BEGIN Given records

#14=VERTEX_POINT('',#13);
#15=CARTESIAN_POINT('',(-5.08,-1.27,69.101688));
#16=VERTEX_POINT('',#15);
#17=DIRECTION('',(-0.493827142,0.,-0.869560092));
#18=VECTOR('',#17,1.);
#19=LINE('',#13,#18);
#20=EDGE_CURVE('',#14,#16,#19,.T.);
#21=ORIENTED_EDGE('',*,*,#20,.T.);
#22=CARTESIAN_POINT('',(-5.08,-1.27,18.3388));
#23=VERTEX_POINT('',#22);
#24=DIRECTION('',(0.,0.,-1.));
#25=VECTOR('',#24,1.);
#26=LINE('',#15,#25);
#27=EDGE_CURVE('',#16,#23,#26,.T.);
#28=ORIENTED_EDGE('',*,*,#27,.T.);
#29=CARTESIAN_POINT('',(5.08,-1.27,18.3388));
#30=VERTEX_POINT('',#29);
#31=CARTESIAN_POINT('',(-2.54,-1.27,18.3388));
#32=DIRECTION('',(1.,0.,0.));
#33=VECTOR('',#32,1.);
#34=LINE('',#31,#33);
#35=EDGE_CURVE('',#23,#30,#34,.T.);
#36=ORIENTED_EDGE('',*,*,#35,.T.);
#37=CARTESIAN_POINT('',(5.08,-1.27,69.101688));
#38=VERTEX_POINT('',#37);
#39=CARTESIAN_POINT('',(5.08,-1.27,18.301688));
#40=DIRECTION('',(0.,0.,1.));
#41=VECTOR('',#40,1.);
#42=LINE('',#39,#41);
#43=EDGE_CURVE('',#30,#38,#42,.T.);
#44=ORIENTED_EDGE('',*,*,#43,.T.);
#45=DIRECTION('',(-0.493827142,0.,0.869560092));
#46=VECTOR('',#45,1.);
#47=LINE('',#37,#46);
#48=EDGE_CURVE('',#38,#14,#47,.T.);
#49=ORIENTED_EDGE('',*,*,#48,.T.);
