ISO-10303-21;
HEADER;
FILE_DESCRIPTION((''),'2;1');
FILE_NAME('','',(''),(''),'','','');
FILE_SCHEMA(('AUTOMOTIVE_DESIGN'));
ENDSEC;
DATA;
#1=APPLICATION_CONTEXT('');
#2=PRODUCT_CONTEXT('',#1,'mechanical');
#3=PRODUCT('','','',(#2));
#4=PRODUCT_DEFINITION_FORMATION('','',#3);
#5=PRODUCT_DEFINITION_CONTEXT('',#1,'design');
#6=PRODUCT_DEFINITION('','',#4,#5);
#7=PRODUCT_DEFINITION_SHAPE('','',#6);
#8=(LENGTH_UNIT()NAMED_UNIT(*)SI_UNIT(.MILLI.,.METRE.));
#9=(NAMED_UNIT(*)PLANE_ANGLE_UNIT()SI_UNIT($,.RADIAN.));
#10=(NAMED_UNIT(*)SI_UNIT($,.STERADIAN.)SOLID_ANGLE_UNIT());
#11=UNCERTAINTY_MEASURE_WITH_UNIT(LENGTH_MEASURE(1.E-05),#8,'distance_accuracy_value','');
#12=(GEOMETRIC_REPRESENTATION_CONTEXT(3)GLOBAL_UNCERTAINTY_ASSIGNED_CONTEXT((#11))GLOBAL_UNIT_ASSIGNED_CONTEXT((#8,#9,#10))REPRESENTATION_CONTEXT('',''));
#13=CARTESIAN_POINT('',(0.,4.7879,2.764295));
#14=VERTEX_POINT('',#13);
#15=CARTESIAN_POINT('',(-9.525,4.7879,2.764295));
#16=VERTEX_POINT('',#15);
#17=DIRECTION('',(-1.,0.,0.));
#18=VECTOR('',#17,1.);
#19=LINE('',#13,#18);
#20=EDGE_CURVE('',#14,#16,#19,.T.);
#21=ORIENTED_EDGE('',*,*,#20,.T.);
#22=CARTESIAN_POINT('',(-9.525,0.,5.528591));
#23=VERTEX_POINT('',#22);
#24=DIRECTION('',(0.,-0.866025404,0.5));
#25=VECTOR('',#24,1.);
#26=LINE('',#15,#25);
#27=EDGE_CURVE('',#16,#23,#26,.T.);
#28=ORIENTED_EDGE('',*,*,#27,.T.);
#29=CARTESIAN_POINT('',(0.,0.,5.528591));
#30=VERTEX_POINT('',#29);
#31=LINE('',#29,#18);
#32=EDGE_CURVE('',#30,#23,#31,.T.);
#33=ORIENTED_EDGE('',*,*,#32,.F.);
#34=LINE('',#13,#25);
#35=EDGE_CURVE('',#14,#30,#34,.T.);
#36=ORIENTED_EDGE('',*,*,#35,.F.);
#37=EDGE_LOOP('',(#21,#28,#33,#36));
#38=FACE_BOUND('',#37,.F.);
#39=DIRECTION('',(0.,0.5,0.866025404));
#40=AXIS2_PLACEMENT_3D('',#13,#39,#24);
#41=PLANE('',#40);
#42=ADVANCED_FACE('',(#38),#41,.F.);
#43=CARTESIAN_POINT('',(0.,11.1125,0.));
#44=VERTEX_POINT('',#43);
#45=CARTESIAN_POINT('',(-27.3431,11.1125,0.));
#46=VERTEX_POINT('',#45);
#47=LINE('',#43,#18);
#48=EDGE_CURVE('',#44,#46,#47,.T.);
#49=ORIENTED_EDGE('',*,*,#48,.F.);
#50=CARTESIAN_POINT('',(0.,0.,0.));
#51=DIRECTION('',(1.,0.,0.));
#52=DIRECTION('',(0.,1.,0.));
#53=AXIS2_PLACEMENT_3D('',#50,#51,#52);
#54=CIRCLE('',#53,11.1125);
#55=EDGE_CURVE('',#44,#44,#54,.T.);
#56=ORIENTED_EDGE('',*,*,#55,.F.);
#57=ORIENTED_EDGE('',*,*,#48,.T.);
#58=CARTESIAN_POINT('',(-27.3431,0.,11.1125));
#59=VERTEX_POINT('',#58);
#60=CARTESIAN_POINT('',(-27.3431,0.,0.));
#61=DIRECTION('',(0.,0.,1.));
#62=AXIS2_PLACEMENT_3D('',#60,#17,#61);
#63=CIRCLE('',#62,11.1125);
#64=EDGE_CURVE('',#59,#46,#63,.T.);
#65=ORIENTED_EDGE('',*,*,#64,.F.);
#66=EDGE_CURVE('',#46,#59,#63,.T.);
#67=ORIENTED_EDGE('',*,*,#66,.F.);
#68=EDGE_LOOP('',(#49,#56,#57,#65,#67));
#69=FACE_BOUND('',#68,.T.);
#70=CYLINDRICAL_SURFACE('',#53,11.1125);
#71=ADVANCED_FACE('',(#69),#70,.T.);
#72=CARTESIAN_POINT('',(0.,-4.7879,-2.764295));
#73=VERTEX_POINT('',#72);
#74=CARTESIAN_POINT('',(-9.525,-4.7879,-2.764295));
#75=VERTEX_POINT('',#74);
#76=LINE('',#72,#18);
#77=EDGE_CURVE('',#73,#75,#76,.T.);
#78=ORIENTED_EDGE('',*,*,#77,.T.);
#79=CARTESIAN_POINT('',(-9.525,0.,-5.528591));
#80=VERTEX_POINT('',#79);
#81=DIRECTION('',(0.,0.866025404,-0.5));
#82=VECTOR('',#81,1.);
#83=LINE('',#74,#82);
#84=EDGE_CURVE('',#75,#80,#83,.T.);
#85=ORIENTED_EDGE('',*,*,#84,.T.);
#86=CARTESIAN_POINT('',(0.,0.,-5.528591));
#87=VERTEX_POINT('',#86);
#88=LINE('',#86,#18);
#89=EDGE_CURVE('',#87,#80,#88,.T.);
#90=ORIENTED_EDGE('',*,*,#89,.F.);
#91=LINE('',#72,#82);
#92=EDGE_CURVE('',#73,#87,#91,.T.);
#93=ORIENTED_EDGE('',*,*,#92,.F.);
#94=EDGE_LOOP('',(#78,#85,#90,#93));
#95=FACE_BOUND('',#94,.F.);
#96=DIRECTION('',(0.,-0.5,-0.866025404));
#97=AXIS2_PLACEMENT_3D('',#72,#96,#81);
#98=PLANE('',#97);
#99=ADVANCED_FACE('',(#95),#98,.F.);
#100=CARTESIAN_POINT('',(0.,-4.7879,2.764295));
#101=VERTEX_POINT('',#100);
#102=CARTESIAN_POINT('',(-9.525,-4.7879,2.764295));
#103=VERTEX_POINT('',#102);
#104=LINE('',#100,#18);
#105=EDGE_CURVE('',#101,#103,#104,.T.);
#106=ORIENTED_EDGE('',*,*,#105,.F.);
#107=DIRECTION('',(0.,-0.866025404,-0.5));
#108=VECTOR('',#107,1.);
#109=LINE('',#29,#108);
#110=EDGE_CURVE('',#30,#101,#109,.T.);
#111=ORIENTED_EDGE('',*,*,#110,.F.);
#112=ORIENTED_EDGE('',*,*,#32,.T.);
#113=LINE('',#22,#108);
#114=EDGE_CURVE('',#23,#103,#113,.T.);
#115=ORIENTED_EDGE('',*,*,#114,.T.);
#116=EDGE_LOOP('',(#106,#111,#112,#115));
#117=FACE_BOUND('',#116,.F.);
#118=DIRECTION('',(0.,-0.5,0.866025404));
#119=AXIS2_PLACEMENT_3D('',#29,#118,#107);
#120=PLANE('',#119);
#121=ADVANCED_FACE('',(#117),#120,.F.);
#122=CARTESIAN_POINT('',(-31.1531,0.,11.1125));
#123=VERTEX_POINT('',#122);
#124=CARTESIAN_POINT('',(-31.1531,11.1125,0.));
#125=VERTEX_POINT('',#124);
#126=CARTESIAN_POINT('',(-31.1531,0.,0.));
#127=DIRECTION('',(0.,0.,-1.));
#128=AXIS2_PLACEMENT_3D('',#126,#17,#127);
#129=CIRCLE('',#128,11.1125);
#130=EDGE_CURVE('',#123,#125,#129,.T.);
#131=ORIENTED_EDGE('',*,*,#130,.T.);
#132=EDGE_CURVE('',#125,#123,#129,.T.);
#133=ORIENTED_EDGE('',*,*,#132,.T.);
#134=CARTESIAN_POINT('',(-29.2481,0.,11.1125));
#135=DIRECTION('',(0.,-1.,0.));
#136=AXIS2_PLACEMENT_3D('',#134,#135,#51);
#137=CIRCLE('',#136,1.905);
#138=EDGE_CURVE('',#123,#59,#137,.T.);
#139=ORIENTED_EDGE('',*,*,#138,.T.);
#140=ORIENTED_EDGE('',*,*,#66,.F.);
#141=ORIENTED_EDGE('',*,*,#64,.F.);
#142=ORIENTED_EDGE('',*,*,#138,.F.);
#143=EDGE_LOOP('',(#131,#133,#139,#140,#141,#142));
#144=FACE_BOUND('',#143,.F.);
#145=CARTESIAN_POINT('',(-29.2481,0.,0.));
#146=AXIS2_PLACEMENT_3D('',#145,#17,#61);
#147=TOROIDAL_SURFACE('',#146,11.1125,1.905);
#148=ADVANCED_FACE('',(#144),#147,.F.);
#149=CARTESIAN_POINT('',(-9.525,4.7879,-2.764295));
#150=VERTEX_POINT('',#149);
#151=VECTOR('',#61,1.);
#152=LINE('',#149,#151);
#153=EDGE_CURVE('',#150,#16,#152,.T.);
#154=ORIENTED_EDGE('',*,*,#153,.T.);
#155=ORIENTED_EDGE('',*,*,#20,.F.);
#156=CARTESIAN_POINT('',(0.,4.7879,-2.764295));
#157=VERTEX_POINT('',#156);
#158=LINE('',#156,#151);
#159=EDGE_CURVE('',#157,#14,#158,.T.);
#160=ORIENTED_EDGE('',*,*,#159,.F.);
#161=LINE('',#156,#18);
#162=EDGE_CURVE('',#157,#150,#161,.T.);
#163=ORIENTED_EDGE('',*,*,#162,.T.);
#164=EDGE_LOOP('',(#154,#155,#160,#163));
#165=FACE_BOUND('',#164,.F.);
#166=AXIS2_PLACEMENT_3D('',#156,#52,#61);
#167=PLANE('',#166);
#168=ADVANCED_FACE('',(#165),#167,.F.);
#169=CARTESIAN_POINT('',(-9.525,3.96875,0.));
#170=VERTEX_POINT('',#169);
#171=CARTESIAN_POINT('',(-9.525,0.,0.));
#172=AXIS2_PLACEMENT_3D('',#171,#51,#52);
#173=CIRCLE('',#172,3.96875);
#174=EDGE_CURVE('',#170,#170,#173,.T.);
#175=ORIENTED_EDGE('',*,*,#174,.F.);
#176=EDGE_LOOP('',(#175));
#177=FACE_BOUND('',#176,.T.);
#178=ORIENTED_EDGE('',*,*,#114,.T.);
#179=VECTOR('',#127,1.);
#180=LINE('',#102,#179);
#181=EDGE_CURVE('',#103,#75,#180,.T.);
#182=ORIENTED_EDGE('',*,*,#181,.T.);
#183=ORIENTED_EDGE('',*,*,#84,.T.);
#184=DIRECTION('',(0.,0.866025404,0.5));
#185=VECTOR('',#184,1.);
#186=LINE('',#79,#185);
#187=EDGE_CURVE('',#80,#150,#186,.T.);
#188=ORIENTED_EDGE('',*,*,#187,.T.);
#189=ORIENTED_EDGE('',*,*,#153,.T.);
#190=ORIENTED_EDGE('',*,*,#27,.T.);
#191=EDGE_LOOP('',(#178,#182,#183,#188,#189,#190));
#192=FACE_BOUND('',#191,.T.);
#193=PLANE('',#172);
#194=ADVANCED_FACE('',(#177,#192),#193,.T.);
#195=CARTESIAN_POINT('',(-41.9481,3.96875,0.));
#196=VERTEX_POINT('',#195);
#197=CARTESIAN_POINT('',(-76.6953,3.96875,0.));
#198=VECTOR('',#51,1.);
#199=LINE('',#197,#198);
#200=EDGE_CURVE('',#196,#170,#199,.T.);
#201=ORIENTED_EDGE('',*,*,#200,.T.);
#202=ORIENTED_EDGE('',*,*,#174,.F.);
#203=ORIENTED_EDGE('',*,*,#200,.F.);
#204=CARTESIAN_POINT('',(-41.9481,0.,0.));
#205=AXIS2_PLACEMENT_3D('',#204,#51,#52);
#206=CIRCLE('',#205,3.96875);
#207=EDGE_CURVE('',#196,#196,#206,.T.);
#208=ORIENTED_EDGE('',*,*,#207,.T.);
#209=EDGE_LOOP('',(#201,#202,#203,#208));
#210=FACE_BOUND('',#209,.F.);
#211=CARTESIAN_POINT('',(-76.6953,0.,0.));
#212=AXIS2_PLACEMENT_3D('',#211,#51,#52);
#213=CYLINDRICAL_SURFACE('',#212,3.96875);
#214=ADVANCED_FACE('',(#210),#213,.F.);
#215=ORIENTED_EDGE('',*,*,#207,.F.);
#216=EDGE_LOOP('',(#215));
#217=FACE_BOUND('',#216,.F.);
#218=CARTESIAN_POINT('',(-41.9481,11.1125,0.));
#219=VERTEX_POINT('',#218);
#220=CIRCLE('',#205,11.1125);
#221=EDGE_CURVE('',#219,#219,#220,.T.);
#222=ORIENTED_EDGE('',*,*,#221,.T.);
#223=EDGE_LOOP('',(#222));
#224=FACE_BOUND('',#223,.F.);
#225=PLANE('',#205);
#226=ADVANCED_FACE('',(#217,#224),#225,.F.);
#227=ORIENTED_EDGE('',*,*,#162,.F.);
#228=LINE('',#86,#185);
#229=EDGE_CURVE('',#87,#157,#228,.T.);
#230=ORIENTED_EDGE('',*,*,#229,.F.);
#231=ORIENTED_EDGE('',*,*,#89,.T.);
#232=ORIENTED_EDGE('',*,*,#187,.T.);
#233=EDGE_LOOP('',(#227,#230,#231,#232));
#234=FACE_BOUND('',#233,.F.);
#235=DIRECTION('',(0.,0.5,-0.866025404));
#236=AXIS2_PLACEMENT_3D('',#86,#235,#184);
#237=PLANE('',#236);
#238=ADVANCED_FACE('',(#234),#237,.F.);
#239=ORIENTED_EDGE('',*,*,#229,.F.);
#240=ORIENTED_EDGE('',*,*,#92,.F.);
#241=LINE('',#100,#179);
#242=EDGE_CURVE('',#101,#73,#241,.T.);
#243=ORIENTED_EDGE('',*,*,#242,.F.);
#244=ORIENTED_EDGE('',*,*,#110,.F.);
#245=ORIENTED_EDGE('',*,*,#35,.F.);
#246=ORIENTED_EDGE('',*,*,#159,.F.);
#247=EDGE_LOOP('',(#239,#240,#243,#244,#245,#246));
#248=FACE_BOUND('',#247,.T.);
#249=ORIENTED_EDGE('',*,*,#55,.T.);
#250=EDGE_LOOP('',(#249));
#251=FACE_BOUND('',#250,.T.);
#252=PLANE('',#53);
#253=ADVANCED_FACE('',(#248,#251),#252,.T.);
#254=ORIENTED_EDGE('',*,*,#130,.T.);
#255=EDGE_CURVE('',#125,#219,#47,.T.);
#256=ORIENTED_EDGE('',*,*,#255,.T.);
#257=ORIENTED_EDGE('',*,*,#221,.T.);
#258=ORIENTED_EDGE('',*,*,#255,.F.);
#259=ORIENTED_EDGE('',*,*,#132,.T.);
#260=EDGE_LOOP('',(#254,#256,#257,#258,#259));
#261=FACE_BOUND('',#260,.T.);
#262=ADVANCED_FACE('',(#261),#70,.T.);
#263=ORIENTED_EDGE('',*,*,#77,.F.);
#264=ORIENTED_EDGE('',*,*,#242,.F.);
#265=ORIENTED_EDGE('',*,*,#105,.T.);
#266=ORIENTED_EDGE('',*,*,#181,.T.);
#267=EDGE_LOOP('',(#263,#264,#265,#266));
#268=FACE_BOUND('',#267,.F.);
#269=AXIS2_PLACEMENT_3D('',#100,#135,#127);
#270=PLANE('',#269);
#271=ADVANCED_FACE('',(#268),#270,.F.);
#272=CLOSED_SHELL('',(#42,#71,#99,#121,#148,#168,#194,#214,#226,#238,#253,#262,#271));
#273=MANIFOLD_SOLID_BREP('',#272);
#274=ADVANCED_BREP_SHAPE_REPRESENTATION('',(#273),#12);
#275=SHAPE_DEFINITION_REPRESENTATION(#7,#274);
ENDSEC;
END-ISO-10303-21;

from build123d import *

# Parameters (mm, degrees)
F0_R     = 11.1125
F1_DEPTH = 41.9481
F3_DEPTH = 9.525
F5_D     = 7.9375
F5_DEPTH = 34.7472
F5_TIP   = 2.3846655818
F6_R     = 1.905


with BuildPart() as f1:
    # F0 (on Right) → F1 (new body)
    with BuildSketch(Plane.YZ):
        Circle(F0_R)
    extrude(amount=-F1_DEPTH)

    # F2 (on Right) → F3 (cut)
    with BuildSketch(Plane.YZ):
        Polygon((4.7879, -2.7642953539), (4.7879, 2.7642953539), (0, 5.5285907077), (-4.7879, 2.7642953539), (-4.7879, -2.7642953539), (0, -5.5285907077), align=None)
    extrude(amount=-F3_DEPTH, mode=Mode.SUBTRACT)

    # F5
    with Locations(Plane(origin=(-41.9481, 0, 0), x_dir=(0, -1, 0), z_dir=(-1, 0, 0))):
        with Locations((0, 0)):
            Hole(F5_D / 2, depth=F5_DEPTH)
            with Locations((0, 0, -(F5_DEPTH + F5_TIP / 2))):  # 118° drill point
                Cone(0, F5_D / 2, F5_TIP, mode=Mode.SUBTRACT)

    # F6 (on Front) → F7 (revolve, cut)
    with BuildSketch(Plane.XZ):
        with Locations((-29.2481, 11.1125)):
            Circle(F6_R)
    revolve(axis=Axis((-32.1425274014, 0, 0), (-1, 0, 0)), mode=Mode.SUBTRACT)


solid = f1.part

END Given records

> **Task goal**
Word for word, reproduce the listing from its first line through the line that has "#6=PRODUCT_DEFINITION('','',#4,#5);" in it, and go no further.

> **Written solution**
#14=VERTEX_POINT('',#13);
#15=CARTESIAN_POINT('',(-5.08,-1.27,69.101688));
#16=VERTEX_POINT('',#15);
#17=DIRECTION('',(-0.493827142,0.,-0.869560092));
#18=VECTOR('',#17,1.);
#19=LINE('',#13,#18);
#20=EDGE_CURVE('',#14,#16,#19,.T.);
#21=ORIENTED_EDGE('',*,*,#20,.T.);
#22=CARTESIAN_POINT('',(-5.08,-1.27,18.3388));
#23=VERTEX_POINT('',#22);
#24=DIRECTION('',(0.,0.,-1.));
#25=VECTOR('',#24,1.);
#26=LINE('',#15,#25);
#27=EDGE_CURVE('',#16,#23,#26,.T.);
#28=ORIENTED_EDGE('',*,*,#27,.T.);
#29=CARTESIAN_POINT('',(5.08,-1.27,18.3388));
#30=VERTEX_POINT('',#29);
#31=CARTESIAN_POINT('',(-2.54,-1.27,18.3388));
#32=DIRECTION('',(1.,0.,0.));
#33=VECTOR('',#32,1.);
#34=LINE('',#31,#33);
#35=EDGE_CURVE('',#23,#30,#34,.T.);
#36=ORIENTED_EDGE('',*,*,#35,.T.);
#37=CARTESIAN_POINT('',(5.08,-1.27,69.101688));
#38=VERTEX_POINT('',#37);
#39=CARTESIAN_POINT('',(5.08,-1.27,18.301688));
#40=DIRECTION('',(0.,0.,1.));
#41=VECTOR('',#40,1.);
#42=LINE('',#39,#41);
#43=EDGE_CURVE('',#30,#38,#42,.T.);
#44=ORIENTED_EDGE('',*,*,#43,.T.);
#45=DIRECTION('',(-0.493827142,0.,0.869560092));
#46=VECTOR('',#45,1.);
#47=LINE('',#37,#46);
#48=EDGE_CURVE('',#38,#14,#47,.T.);
#49=ORIENTED_EDGE('',*,*,#48,.T.);
ISO-10303-21;
HEADER;
FILE_DESCRIPTION((''),'2;1');
FILE_NAME('','',(''),(''),'','','');
FILE_SCHEMA(('AUTOMOTIVE_DESIGN'));
ENDSEC;
DATA;
#1=APPLICATION_CONTEXT('');
#2=PRODUCT_CONTEXT('',#1,'mechanical');
#3=PRODUCT('','','',(#2));
#4=PRODUCT_DEFINITION_FORMATION('','',#3);
#5=PRODUCT_DEFINITION_CONTEXT('',#1,'design');
#6=PRODUCT_DEFINITION('','',#4,#5);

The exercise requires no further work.